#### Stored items
>>>

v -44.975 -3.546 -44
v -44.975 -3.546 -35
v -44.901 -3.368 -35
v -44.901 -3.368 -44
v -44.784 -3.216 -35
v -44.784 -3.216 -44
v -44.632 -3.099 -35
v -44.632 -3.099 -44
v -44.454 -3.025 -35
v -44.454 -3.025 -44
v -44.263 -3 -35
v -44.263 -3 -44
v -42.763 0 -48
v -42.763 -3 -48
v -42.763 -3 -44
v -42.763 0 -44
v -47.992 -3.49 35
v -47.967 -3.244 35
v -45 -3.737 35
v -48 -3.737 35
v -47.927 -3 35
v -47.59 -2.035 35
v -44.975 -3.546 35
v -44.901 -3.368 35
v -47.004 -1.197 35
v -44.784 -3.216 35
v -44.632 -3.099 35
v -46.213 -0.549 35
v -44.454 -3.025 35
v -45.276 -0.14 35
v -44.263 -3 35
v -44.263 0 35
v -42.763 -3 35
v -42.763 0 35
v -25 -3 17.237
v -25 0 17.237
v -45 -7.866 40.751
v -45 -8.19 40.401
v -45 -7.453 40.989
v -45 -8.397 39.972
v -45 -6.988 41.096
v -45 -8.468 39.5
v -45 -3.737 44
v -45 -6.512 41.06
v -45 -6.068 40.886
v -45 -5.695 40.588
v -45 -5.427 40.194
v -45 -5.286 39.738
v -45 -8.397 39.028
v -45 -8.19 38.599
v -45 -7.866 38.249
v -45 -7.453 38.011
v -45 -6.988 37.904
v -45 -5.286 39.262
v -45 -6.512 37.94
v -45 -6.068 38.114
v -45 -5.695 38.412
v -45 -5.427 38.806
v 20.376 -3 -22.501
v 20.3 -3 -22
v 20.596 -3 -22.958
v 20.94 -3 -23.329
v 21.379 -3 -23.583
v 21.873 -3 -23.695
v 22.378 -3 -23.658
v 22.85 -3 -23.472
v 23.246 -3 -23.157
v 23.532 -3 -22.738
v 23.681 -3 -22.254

<<<
>>>

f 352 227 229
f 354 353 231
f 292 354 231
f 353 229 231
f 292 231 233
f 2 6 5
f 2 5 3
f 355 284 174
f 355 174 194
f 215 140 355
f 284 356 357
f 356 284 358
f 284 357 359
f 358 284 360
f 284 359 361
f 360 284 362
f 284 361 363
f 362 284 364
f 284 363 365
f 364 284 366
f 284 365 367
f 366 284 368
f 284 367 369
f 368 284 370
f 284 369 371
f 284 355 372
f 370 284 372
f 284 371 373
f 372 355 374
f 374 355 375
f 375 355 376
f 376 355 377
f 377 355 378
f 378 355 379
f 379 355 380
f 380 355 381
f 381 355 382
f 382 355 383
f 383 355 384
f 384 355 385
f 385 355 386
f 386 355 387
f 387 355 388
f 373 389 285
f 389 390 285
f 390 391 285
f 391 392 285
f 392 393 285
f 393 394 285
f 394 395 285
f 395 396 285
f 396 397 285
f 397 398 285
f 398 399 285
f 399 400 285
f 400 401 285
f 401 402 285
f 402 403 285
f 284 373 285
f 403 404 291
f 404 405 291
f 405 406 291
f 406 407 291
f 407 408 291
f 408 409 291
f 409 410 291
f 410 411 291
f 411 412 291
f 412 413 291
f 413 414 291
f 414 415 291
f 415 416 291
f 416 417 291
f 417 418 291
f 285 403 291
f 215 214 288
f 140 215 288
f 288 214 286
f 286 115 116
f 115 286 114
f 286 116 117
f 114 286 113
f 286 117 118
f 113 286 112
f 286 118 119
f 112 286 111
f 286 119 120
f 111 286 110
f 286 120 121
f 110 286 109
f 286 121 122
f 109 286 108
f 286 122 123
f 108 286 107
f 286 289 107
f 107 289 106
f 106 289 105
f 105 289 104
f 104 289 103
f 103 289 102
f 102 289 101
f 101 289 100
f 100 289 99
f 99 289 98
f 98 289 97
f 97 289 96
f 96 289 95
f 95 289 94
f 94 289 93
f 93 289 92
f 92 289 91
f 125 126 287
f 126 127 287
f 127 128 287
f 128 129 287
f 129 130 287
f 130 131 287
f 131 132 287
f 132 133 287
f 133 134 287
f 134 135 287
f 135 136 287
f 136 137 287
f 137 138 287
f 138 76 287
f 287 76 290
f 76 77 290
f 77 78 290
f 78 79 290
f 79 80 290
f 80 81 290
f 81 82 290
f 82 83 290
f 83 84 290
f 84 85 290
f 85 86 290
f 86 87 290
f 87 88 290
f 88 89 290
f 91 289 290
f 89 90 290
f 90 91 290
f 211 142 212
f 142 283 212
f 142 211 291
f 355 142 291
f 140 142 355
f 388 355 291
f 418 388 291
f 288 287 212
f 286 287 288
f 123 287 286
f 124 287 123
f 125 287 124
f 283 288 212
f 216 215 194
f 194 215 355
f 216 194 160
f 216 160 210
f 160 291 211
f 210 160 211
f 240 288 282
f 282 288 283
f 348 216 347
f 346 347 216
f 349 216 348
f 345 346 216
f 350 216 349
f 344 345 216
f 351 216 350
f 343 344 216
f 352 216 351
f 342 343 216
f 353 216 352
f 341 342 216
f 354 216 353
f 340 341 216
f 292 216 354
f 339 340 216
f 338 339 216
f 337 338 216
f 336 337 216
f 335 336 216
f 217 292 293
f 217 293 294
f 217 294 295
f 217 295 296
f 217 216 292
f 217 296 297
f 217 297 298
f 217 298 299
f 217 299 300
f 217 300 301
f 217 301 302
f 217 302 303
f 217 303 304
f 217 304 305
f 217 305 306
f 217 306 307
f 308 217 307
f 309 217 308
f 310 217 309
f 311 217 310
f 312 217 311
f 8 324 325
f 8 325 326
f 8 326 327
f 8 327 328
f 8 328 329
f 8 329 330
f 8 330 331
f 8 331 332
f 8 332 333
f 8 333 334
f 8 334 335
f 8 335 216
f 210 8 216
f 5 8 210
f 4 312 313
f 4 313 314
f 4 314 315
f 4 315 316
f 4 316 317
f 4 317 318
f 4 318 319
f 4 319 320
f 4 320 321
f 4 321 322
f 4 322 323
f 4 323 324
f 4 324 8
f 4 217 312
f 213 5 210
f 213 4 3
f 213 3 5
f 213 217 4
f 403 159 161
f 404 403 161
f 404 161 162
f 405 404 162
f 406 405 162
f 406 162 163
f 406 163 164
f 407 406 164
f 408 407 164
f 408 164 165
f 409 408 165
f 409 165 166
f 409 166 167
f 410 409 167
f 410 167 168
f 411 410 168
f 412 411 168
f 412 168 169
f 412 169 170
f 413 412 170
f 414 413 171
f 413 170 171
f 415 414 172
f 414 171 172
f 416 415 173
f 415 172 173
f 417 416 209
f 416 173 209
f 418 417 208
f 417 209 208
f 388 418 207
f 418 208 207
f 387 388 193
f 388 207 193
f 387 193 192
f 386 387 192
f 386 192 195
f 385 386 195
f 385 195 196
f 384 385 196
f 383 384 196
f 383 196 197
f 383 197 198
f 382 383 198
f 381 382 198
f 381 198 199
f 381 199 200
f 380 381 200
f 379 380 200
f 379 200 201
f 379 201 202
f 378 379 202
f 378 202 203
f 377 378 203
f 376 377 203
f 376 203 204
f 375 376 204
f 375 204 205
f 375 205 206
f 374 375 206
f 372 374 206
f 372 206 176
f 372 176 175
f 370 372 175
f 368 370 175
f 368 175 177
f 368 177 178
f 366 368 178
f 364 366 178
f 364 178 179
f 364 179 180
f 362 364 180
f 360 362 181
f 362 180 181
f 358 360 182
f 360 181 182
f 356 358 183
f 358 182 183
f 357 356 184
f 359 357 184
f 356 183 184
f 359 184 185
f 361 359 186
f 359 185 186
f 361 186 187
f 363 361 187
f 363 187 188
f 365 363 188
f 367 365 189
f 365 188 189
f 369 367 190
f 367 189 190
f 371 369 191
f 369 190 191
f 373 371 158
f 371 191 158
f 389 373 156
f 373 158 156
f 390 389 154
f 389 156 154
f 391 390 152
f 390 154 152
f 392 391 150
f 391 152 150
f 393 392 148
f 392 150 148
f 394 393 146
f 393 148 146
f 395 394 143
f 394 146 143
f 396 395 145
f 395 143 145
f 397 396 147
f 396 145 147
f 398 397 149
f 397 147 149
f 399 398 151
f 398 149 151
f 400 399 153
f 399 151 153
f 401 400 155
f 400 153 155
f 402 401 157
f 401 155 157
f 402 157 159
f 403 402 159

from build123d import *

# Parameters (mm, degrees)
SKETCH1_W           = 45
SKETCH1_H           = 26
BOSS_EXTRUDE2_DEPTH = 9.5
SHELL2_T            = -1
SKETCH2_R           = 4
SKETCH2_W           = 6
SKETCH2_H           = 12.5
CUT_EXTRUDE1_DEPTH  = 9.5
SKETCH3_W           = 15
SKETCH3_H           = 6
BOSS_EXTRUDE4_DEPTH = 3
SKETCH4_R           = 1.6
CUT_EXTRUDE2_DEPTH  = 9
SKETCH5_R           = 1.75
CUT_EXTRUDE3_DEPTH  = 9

<<<

#### REQUIRED ACTION
Beginning at the line above that contains "f 101 289 100", return each line exactly through the line that contains "f 136 137 287", and no others.

#### COMPLETED TASK
f 101 289 100
f 100 289 99
f 99 289 98
f 98 289 97
f 97 289 96
f 96 289 95
f 95 289 94
f 94 289 93
f 93 289 92
f 92 289 91
f 125 126 287
f 126 127 287
f 127 128 287
f 128 129 287
f 129 130 287
f 130 131 287
f 131 132 287
f 132 133 287
f 133 134 287
f 134 135 287
f 135 136 287
f 136 137 287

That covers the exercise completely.